A partnership between the Hermitage Museum of Saint Petersburg and the Musée cantonal d’archéologie de Neuchâtel, which became the Laténium in 2001, was established in 1993 on the occasion of a scientific congress organised in Saint Petersburg under the umbrella of the European Community. Holy Russia thus agreed to loan some of its greatest archaeological treasures for several months.

The exhibition Treasures from the Steppes was organised around a Turkmen yurt – a circular tent inherited from a nomadic hut three thousand years ago – and was punctuated by successive sections. The first one was a camp of Palaeolithic hunters discovered at Mal’ta, 80 km from Irkutsk, in eastern Siberia. In around 20,000 BC huts were erected on a terrace of the Belaïa river. Some parts of the hut structures were preserved: stone circles delineating the inhabited space, fireplaces, waste heaps. In addition to knapped flint tools, the Mal’ta site has yielded ivory figurines: flying birds, female statuettes, sometimes featuring hair and clothes. The art of the “Palaeolithic Venus”, such a prefiguration of future Europe, links the Atlantic Ocean to the Ural region.

Visitors then left the loess world – yellow dust deposited at several metres’ height by the blizzard on the Quaternary ice sheet – for that of the forests, swamps and bogs where there are abundant wooden constructions that irresistibly recall the “pile-dwelling” villages of the Swiss Neolithic. In many cases, in Russia, the usual or precious objects dated between the 6th and the 3rd millennium BC reveal carved or engraved animal figurations which also adorn the pendants.

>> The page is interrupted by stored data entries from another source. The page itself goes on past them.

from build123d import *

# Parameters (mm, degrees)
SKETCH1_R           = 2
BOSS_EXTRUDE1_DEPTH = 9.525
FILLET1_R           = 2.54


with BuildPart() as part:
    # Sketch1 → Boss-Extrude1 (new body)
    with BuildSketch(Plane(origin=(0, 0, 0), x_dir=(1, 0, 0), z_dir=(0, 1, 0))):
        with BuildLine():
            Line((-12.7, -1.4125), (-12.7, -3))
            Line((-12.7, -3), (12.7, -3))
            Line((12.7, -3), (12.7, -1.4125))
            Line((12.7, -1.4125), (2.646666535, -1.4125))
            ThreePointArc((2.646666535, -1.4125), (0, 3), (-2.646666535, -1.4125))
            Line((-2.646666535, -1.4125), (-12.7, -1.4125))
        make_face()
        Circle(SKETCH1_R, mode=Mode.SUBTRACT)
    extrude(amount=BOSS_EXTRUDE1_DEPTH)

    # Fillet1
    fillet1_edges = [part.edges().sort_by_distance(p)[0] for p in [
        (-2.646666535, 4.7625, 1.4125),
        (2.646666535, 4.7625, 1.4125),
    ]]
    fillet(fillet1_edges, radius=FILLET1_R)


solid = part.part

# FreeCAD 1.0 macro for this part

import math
import FreeCAD as App
import Part
import Sketcher

V = App.Vector
Q = App.Units.Quantity


def edges_at(feature, points):
    """Names of the edges that pass closest to the given points."""
    edges = feature.Shape.Edges
    near = lambda p: min(range(len(edges)), key=lambda i: edges[i].distToShape(Part.Vertex(*p))[0])
    return sorted({f"Edge{near(p) + 1}" for p in points})

doc = App.newDocument("Part")
body = doc.addObject("PartDesign::Body", "Body")

# Sketch on XZ plane
sketch1 = body.newObject("Sketcher::SketchObject", "Sketch")
sketch1.AttachmentSupport = (doc.getObject("XZ_Plane"), [""])
sketch1.MapMode = "FlatFace"
sketch1.addGeometry(Part.LineSegment(V(-12.7, 1.4125, 0), V(-12.7, 3, 0)), False)
sketch1.addGeometry(Part.LineSegment(V(-12.7, 3, 0), V(12.7, 3, 0)), False)
sketch1.addGeometry(Part.LineSegment(V(12.7, 3, 0), V(12.7, 1.4125, 0)), False)
sketch1.addGeometry(Part.LineSegment(V(12.7, 1.4125, 0), V(2.646667, 1.4125, 0)), False)
sketch1.addGeometry(Part.ArcOfCircle(Part.Circle(V(0, 0, 0), V(0, 0, 1), 3), math.radians(151.911596), math.radians(388.088404)), False)
sketch1.addGeometry(Part.LineSegment(V(-2.646667, 1.4125, 0), V(-12.7, 1.4125, 0)), False)
sketch1.addGeometry(Part.Circle(V(0, 0, 0), V(0, 0, 1), 2), False)
sketch1.addConstraint(Sketcher.Constraint("Coincident", 0, 2, 1, 1))
sketch1.addConstraint(Sketcher.Constraint("Coincident", 1, 2, 2, 1))
sketch1.addConstraint(Sketcher.Constraint("Coincident", 2, 2, 3, 1))
sketch1.addConstraint(Sketcher.Constraint("Coincident", 3, 2, 4, 2))
sketch1.addConstraint(Sketcher.Constraint("Coincident", 4, 1, 5, 1))
sketch1.addConstraint(Sketcher.Constraint("Coincident", 5, 2, 0, 1))
sketch1.addConstraint(Sketcher.Constraint("Vertical", 0))
sketch1.addConstraint(Sketcher.Constraint("Horizontal", 1))
sketch1.addConstraint(Sketcher.Constraint("Vertical", 2))
sketch1.addConstraint(Sketcher.Constraint("Horizontal", 3))
sketch1.addConstraint(Sketcher.Constraint("Horizontal", 5))
sketch1.addConstraint(Sketcher.Constraint("Coincident", 4, 3, -1, 1))
sketch1.addConstraint(Sketcher.Constraint("Coincident", 6, 3, -1, 1))
sketch1.addConstraint(Sketcher.Constraint("Symmetric", 2, 2, 5, 2, -2))
sketch1.addConstraint(Sketcher.Constraint("DistanceX", 1, 1, 1, 2, Q("1 in")))
sketch1.addConstraint(Sketcher.Constraint("Diameter", 6, Q("4 mm")))
sketch1.addConstraint(Sketcher.Constraint("DistanceY", 0, 1, 0, 2, Q("0.0625 in")))
sketch1.addConstraint(Sketcher.Constraint("Radius", 4, Q("3 mm")))
sketch1.addConstraint(Sketcher.Constraint("DistanceY", -1, 1, 0, 2, Q("3 mm")))
pad1 = body.newObject("PartDesign::Pad", "Pad")
pad1.Profile = sketch1
pad1.Length = Q("0.375 in")
pad1.Reversed = True
doc.recompute()

fillet = body.newObject("PartDesign::Fillet", "Fillet")
fillet.Base = (pad1, edges_at(pad1, [(-2.647, 4.763, 1.413), (2.647, 4.763, 1.413)]))
fillet.Radius = Q("0.1 in")

doc.recompute()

This abundant and surprising art is completed by tens of thousands of engravings of animals discovered on the rocks polished by the glaciers along the valleys of the Lena, the Ienisseï, the Tom river (southern Siberia); these have also been recorded in Uzbekistan, Kazakhstan, on the shores of Lake Baïkal as well as Lake Onega. Although it would be possible to regard these engravings as evidence of the transition from a world based on predation – hunting, fishing, gathering – to a world increasingly marked by stockbreeding and agriculture, the chronology of such collections is less certain given that shamanism in these regions remains alive nowadays.

The emergence of solar cults during the Bronze Age is to be noted. The huge kurgan of Maïkop in Georgia in the northern Caucasus is dated to the beginning of copper metallurgy, at about 2500 BC. This grave with a tumulus 11 metres high was excavated in 1897 and contained several burials accompanied by real treasure. The visitors to the exhibition at the Laténium were given the chance to contemplate golden appliques figuring lions and bulls; a silver vessel with engravings of animals; a massive bull made of gold the grace and strength of which equal the most beautiful Mesopotamian pieces.

Scythian art flourished on such bases. It is possible to recognise themes and styles belonging to the Middle East, even China. On the shores of the Black Sea contacts were developed with the Greek colonies: Herodotus, “the father of history”, provides a detailed and stunning testimony of this. Figurines of felines, heads of birds of prey, deer and saiga antelopes literally streamed from the graves dated between the 5th and 3rd century BC in the form of golden plaques with animal decoration. They later enriched the collections destined for developing the artistic preferences of the young Peter the Great.